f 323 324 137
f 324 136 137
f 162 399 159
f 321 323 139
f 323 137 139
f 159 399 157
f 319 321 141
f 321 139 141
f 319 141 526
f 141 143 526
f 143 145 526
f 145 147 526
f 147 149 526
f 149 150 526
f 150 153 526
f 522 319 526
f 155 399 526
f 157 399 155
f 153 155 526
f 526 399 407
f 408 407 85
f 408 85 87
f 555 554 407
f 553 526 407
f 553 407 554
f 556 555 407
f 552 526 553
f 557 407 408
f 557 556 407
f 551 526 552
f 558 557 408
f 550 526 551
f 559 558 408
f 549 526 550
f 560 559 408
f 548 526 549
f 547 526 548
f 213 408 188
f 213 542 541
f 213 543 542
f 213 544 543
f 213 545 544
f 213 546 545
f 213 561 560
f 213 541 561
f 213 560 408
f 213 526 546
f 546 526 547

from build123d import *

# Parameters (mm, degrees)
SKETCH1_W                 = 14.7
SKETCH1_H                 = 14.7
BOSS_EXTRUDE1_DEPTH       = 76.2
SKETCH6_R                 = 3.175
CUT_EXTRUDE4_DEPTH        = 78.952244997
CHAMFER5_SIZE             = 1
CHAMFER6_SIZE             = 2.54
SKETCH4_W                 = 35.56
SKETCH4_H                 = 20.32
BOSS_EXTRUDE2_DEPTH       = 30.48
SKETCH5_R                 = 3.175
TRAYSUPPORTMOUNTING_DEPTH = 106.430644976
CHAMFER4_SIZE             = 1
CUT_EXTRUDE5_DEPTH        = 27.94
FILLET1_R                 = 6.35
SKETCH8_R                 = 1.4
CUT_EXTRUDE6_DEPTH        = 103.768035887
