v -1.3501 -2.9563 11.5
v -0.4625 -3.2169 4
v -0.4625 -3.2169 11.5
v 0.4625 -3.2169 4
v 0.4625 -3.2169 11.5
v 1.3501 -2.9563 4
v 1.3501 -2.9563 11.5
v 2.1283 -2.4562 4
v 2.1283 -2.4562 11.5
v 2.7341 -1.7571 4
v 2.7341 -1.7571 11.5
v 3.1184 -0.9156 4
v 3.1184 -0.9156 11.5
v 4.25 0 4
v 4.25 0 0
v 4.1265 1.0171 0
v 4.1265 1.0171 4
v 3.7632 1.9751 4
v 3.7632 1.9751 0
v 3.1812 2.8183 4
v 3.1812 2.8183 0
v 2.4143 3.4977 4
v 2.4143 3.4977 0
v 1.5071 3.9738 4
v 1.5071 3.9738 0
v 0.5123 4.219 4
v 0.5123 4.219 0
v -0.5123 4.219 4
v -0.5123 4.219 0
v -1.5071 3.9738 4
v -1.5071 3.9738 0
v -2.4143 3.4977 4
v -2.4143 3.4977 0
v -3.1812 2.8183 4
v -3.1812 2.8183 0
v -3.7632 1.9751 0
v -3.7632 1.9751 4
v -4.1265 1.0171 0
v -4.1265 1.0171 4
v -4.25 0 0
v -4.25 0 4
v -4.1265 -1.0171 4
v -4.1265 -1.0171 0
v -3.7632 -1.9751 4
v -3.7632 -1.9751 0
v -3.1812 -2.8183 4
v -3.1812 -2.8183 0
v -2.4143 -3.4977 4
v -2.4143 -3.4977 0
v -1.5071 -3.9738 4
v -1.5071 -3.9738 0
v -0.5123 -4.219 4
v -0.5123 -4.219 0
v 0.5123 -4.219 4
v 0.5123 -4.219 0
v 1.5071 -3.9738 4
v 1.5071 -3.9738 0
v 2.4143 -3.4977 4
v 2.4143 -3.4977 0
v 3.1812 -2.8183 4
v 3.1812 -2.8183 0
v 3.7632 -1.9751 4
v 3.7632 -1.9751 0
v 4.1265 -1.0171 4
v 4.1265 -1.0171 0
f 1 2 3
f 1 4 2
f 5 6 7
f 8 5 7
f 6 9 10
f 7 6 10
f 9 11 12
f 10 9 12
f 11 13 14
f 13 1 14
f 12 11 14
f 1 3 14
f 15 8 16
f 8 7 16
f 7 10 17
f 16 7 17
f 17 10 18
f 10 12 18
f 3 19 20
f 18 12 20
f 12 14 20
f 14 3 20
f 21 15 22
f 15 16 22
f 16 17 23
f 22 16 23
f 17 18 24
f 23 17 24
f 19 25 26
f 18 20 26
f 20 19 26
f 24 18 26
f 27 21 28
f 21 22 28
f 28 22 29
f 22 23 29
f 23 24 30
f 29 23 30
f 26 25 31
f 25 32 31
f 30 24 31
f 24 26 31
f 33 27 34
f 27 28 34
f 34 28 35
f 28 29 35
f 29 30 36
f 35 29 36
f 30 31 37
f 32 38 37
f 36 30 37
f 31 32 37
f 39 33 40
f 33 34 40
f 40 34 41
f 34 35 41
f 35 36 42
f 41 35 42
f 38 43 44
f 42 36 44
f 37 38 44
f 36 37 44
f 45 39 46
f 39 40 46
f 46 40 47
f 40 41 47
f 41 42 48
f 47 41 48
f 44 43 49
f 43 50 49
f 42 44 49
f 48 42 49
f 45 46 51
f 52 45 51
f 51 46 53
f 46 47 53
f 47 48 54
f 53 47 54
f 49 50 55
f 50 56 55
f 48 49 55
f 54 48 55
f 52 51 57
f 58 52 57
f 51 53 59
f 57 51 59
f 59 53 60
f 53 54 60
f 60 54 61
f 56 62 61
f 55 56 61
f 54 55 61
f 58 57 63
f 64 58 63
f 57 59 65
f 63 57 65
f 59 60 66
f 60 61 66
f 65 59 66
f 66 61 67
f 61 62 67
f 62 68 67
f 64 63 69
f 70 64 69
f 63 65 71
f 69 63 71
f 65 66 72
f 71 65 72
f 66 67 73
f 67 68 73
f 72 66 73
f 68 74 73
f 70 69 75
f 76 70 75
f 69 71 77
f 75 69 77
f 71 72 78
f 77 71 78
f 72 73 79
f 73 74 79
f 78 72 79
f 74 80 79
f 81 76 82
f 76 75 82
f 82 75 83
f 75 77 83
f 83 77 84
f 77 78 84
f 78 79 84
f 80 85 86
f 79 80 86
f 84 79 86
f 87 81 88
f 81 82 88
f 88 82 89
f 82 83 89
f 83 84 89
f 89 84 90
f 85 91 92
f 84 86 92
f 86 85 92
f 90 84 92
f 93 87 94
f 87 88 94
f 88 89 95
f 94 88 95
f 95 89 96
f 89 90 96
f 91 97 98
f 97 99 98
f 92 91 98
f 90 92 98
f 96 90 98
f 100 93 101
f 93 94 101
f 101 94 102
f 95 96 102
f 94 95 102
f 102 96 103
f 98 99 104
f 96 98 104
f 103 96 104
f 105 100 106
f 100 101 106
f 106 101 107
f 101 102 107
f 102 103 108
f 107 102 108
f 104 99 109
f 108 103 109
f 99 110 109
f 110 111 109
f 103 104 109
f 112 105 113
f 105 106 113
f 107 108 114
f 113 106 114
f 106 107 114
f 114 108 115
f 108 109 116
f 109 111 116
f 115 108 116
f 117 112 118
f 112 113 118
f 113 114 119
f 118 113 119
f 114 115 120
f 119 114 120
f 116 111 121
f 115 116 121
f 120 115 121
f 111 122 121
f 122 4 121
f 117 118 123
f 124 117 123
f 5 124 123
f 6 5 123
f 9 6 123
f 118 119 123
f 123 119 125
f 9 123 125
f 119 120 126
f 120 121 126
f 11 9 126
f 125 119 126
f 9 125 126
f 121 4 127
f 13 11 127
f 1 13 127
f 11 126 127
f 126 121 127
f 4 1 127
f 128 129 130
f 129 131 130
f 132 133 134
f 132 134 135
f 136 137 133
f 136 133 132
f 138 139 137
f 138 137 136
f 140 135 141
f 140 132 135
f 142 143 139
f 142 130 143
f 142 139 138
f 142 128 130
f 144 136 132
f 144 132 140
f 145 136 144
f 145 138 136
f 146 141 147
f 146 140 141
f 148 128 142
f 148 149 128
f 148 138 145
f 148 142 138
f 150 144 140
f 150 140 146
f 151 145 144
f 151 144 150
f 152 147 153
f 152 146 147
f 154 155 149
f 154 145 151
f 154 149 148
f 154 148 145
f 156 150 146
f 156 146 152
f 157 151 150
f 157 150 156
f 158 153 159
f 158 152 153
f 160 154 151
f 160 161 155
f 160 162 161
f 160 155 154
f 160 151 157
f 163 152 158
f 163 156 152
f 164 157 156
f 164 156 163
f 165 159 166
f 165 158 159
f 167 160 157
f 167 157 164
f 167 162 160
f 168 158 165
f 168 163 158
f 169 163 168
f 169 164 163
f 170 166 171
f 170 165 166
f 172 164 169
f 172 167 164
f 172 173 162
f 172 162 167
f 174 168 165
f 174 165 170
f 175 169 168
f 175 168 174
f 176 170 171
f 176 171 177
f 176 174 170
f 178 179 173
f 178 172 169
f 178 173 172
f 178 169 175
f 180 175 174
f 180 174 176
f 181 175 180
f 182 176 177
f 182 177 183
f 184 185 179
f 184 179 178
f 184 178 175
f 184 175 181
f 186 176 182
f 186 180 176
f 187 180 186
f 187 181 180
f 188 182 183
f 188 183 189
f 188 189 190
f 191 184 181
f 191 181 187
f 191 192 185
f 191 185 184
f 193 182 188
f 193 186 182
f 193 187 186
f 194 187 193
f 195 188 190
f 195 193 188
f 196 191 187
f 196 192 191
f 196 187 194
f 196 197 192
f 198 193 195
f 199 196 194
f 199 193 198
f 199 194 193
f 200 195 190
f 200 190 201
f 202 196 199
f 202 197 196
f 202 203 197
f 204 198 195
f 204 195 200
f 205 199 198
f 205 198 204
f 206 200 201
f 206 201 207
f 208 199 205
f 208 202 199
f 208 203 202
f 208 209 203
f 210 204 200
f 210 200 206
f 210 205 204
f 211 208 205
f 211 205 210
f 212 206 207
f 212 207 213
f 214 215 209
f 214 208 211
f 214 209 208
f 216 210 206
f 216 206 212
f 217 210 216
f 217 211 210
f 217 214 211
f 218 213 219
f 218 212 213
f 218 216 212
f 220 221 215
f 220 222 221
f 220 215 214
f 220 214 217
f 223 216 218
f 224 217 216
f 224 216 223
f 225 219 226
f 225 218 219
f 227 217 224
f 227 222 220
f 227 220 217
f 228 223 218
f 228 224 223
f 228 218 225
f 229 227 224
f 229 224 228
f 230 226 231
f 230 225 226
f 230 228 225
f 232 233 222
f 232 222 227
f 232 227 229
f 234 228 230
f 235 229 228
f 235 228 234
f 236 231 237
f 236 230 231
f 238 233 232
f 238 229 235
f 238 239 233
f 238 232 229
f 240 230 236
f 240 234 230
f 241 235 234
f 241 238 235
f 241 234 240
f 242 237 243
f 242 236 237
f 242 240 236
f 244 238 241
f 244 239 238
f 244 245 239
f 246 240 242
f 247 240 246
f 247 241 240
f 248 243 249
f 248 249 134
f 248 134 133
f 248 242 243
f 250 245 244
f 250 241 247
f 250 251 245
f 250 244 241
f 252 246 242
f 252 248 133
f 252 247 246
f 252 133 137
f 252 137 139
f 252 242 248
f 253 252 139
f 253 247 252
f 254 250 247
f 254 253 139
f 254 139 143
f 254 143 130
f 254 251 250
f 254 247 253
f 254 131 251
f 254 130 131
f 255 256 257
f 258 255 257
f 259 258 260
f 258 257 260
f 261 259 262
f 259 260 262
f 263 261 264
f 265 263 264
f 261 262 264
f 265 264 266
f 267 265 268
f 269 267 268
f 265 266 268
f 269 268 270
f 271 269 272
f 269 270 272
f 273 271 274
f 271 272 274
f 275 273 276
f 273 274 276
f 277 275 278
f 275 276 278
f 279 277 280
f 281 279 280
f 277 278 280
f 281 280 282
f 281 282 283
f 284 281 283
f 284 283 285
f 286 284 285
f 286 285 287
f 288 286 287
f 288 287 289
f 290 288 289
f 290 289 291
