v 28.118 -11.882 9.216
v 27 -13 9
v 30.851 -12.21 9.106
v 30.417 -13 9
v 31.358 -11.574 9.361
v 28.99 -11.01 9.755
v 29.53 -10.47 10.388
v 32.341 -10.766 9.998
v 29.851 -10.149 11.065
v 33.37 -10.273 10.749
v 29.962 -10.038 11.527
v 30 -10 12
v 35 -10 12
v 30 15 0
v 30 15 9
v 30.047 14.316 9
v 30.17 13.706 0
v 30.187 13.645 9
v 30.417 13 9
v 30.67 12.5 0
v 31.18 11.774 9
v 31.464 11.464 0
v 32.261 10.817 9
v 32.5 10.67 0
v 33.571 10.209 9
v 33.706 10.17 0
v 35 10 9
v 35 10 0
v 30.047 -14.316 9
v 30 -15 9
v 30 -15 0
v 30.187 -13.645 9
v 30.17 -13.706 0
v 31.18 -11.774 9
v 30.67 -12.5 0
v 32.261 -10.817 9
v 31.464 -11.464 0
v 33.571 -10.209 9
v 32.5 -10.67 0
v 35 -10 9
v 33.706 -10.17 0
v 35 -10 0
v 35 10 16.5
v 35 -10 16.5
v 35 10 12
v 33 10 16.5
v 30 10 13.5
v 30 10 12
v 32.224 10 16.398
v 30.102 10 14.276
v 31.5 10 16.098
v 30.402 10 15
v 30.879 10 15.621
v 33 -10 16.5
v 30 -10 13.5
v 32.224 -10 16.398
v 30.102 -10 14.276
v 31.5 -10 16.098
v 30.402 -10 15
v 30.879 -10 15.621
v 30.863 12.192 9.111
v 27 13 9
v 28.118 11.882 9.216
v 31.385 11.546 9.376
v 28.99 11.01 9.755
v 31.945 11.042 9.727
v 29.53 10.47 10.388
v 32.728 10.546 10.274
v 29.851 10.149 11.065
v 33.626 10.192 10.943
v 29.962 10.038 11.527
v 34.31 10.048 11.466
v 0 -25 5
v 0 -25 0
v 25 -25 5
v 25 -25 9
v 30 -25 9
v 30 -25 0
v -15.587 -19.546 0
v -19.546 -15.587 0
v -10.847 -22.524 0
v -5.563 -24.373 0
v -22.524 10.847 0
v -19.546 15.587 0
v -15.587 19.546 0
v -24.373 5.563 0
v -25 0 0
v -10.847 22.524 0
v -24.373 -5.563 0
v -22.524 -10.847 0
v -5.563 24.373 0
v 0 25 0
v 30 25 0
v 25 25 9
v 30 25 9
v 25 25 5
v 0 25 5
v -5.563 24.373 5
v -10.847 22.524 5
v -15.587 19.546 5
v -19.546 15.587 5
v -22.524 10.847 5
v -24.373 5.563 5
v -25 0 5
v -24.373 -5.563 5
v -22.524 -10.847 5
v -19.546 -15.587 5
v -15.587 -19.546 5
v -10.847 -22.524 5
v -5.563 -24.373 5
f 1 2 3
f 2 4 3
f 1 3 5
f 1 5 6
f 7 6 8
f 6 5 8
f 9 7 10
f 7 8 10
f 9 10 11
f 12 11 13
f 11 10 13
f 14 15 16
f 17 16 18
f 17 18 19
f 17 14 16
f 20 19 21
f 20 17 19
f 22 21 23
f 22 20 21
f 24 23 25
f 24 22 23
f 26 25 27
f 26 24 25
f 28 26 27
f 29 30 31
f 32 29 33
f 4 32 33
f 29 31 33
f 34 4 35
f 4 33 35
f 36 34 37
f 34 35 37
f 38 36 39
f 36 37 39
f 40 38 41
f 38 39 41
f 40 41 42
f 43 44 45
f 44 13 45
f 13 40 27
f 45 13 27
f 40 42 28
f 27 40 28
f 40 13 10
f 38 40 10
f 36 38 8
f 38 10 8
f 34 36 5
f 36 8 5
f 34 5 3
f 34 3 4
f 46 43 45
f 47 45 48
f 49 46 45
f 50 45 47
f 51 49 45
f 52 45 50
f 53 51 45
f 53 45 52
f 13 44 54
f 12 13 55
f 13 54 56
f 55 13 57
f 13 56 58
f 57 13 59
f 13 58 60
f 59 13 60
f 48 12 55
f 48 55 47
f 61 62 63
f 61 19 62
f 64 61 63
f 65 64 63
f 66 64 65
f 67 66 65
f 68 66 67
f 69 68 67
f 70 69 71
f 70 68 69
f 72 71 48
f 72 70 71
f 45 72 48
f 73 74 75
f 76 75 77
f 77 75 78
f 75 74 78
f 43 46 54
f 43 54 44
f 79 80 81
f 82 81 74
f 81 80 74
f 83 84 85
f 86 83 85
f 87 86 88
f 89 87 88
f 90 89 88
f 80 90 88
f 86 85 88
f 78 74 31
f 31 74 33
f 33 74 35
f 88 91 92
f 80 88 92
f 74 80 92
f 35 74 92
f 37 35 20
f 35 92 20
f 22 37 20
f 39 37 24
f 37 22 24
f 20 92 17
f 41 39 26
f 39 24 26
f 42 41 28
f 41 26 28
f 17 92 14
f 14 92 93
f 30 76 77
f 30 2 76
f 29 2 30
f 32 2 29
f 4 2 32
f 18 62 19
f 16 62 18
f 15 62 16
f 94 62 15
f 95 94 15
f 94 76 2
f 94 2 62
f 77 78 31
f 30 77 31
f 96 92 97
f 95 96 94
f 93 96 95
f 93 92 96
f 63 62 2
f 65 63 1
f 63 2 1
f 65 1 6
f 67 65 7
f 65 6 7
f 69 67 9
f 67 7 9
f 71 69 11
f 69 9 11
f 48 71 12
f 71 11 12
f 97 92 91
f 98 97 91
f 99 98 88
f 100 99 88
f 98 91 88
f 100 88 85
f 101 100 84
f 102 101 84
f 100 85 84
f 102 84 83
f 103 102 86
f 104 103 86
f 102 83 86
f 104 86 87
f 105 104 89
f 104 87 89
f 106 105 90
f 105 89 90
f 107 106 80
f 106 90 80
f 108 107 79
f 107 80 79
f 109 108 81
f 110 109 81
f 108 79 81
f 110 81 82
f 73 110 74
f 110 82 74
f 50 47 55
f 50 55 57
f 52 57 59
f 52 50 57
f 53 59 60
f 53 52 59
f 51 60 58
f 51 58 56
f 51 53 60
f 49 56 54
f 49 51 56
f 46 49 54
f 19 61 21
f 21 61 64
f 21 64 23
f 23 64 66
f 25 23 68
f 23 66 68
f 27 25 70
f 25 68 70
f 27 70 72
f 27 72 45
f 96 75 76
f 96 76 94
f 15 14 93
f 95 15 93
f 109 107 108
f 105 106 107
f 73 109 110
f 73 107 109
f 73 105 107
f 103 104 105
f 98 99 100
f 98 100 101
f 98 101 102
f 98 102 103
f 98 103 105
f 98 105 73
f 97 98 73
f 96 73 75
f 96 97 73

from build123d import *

# Parameters (mm, degrees)
F1_DEPTH     = 5
F2_W         = 5
F2_H         = 50
F3_DEPTH     = 4
F4_W         = 5
F4_H         = 20
F5_DEPTH     = 11.5
F6_T1_DEPTH  = 9
F7_T1_DEPTH  = 20
F7_T6_DEPTH  = 5
F7_S7_R      = 5.0000000001
F7_T8_DEPTH  = 5
F7_T12_DEPTH = 5
F7_S13_R     = 5.0000000001
F7_T14_DEPTH = 5
F7_T19_DEPTH = 12.5
F7_T24_DEPTH = 27.5
F7_T31_DEPTH = 27.5
F7_T35_DEPTH = 12.5
F7_T39_DEPTH = 35


# Not quite as in the source:
# - a fillet or chamfer that OpenCascade refuses, or shapes differently, is made with other operations: its cross-section is extruded or revolved along the edge and cut away or added


with BuildPart() as f1:
    # F0 (on Top) → F1 (new body)
    with BuildSketch(Plane.XY):
        with BuildLine():
            Line((30, 25), (0, 25))
            ThreePointArc((0, 25), (-25, 0), (0, -25))
            Line((0, -25), (30, -25))
            Line((30, -25), (30, -10))
            Line((30, -10), (35, -10))
            Line((35, -10), (35, 10))
            Line((35, 10), (30, 10))
            Line((30, 10), (30, 25))
        make_face()
    extrude(amount=F1_DEPTH)

    # F2 (on face) → F3 (join)
    with BuildSketch(Plane.XY.offset(5)):
        with Locations((27.5, 0)):
            Rectangle(F2_W, F2_H)
    extrude(amount=F3_DEPTH)

    # F4 (on face) → F5 (join)
    with BuildSketch(Plane.XY.offset(5)):
        with Locations((32.5, 0)):
            Rectangle(F4_W, F4_H)
    extrude(amount=F5_DEPTH)

    # F6: fillet of radius 5 on 3 edges, made by hand

    # F6_s2 → F6_t1 (join)
    with BuildSketch(Plane.XY):
        with BuildLine():
            ThreePointArc((30, -15), (31.4644660941, -11.4644660941), (35, -10))
            Line((35, -10), (30, -10))
            Line((30, -10), (30, -15))
        make_face()
        with BuildLine():
            ThreePointArc((30, 15), (31.4644660941, 11.4644660941), (35, 10))
            Line((35, 10), (30, 10))
            Line((30, 10), (30, 15))
        make_face()
    extrude(amount=F6_T1_DEPTH)

    # F7: fillet of radius 3 on 4 edges, made by hand

    # F7_s2 → F7_t1 (join)
    with BuildSketch(Plane.XZ.offset(-10)):
        with BuildLine():
            ThreePointArc((27, 9), (29.1213203436, 9.8786796564), (30, 12))
            Line((30, 12), (30, 9))
            Line((30, 9), (27, 9))
        make_face()
    extrude(amount=F7_T1_DEPTH)


with BuildPart() as f7_tool4:
    # F7_s5 → F7_t6 (new body)
    with BuildSketch(Plane.YZ.offset(35)):
        with BuildLine():
            ThreePointArc((-13, 9), (-10.8786796564, 9.8786796564), (-10, 12))
            Line((-10, 12), (-10, 9))
            Line((-10, 9), (-13, 9))
        make_face()
    extrude(amount=-F7_T6_DEPTH)

    # F7_s7 → F7_t8 (cut, symmetric)
    with BuildSketch(Plane.XY.offset(10.5)):
        with Locations((35.0000000001, -15.0000000001)):
            Circle(F7_S7_R)
    extrude(amount=F7_T8_DEPTH, both=True, mode=Mode.SUBTRACT)


with BuildPart() as f1_1:
    add(f1.part)

    # F7_t3: union F7_tool4
    add(f7_tool4.part)


with BuildPart() as f7_tool10:
    # F7_s11 → F7_t12 (new body)
    with BuildSketch(Plane.YZ.offset(35)):
        with BuildLine():
            ThreePointArc((13, 9), (10.8786796564, 9.8786796564), (10, 12))
            Line((10, 12), (10, 9))
            Line((10, 9), (13, 9))
        make_face()
    extrude(amount=-F7_T12_DEPTH)

    # F7_s13 → F7_t14 (cut, symmetric)
    with BuildSketch(Plane.XY.offset(10.5)):
        with Locations((35.0000000001, 15.0000000001)):
            Circle(F7_S13_R)
    extrude(amount=F7_T14_DEPTH, both=True, mode=Mode.SUBTRACT)


with BuildPart() as f1_2:
    add(f1_1.part)

    # F7_t9: union F7_tool10
    add(f7_tool10.part)


with BuildPart() as f7_tool17:
    # F7_s18 → F7_t19 (new body)
    with BuildSketch(Plane.YZ.offset(35)):
        with BuildLine():
            ThreePointArc((-13, 9), (-10.8786796564, 9.8786796564), (-10, 12))
            Line((-10, 12), (-10, 9))
            Line((-10, 9), (-13, 9))
        make_face()
    extrude(amount=-F7_T19_DEPTH)

    split(bisect_by=Plane.YZ.offset(25), keep=Keep.TOP)

    split(bisect_by=Plane.YZ.offset(30), keep=Keep.BOTTOM)


with BuildPart() as f7_tool22:
    # F7_s23 → F7_t24 (new body)
    with BuildSketch(Plane.XZ.offset(17.5)):
        with BuildLine():
            ThreePointArc((27, 9), (29.1213203436, 9.8786796564), (30, 12))
            Line((30, 12), (30, 9))
            Line((30, 9), (27, 9))
        make_face()
    extrude(amount=-F7_T24_DEPTH)

    split(bisect_by=Plane.XZ.offset(10), keep=Keep.TOP)


with BuildPart() as f7_tool17_1:
    add(f7_tool17.part)

    # F7_t26: intersect F7_tool22
    add(f7_tool22.part, mode=Mode.INTERSECT)


with BuildPart() as f1_3:
    add(f1_2.part)

    # F7_t15: union F7_tool17
    add(f7_tool17_1.part)


with BuildPart() as f7_tool29:
    # F7_s30 → F7_t31 (new body)
    with BuildSketch(Plane.XZ.offset(10)):
        with BuildLine():
            ThreePointArc((27, 9), (29.1213203436, 9.8786796564), (30, 12))
            Line((30, 12), (30, 9))
            Line((30, 9), (27, 9))
        make_face()
    extrude(amount=-F7_T31_DEPTH)

    split(bisect_by=Plane.XZ.offset(-10), keep=Keep.BOTTOM)


with BuildPart() as f7_tool33:
    # F7_s34 → F7_t35 (new body)
    with BuildSketch(Plane.YZ.offset(35)):
        with BuildLine():
            ThreePointArc((13, 9), (10.8786796564, 9.8786796564), (10, 12))
            Line((10, 12), (10, 9))
            Line((10, 9), (13, 9))
        make_face()
    extrude(amount=-F7_T35_DEPTH)

    split(bisect_by=Plane.YZ.offset(25), keep=Keep.TOP)

    split(bisect_by=Plane.YZ.offset(30), keep=Keep.BOTTOM)


with BuildPart() as f7_tool29_1:
    add(f7_tool29.part)

    # F7_t38: intersect F7_tool33
    add(f7_tool33.part, mode=Mode.INTERSECT)


with BuildPart() as f1_4:
    add(f1_3.part)

    # F7_t27: union F7_tool29
    add(f7_tool29_1.part)

    # F7_s40 → F7_t39 (cut)
    with BuildSketch(Plane.XZ.offset(-17.5)):
        with BuildLine():
            ThreePointArc((30, 13.5), (30.8786796564, 15.6213203436), (33, 16.5))
            Line((33, 16.5), (30, 16.5))
            Line((30, 16.5), (30, 13.5))
        make_face()
    extrude(amount=F7_T39_DEPTH, mode=Mode.SUBTRACT)


solid = f1_4.part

######

**Exercise details**
Keeping every character as it is, restate the lines above that run from the line with "f 191 192 185" through the line with "f 208 202 199", both included, and nothing else.

**Completed exercise**
f 191 192 185
f 191 185 184
f 193 182 188
f 193 186 182
f 193 187 186
f 194 187 193
f 195 188 190
f 195 193 188
f 196 191 187
f 196 192 191
f 196 187 194
f 196 197 192
f 198 193 195
f 199 196 194
f 199 193 198
f 199 194 193
f 200 195 190
f 200 190 201
f 202 196 199
f 202 197 196
f 202 203 197
f 204 198 195
f 204 195 200
f 205 199 198
f 205 198 204
f 206 200 201
f 206 201 207
f 208 199 205
f 208 202 199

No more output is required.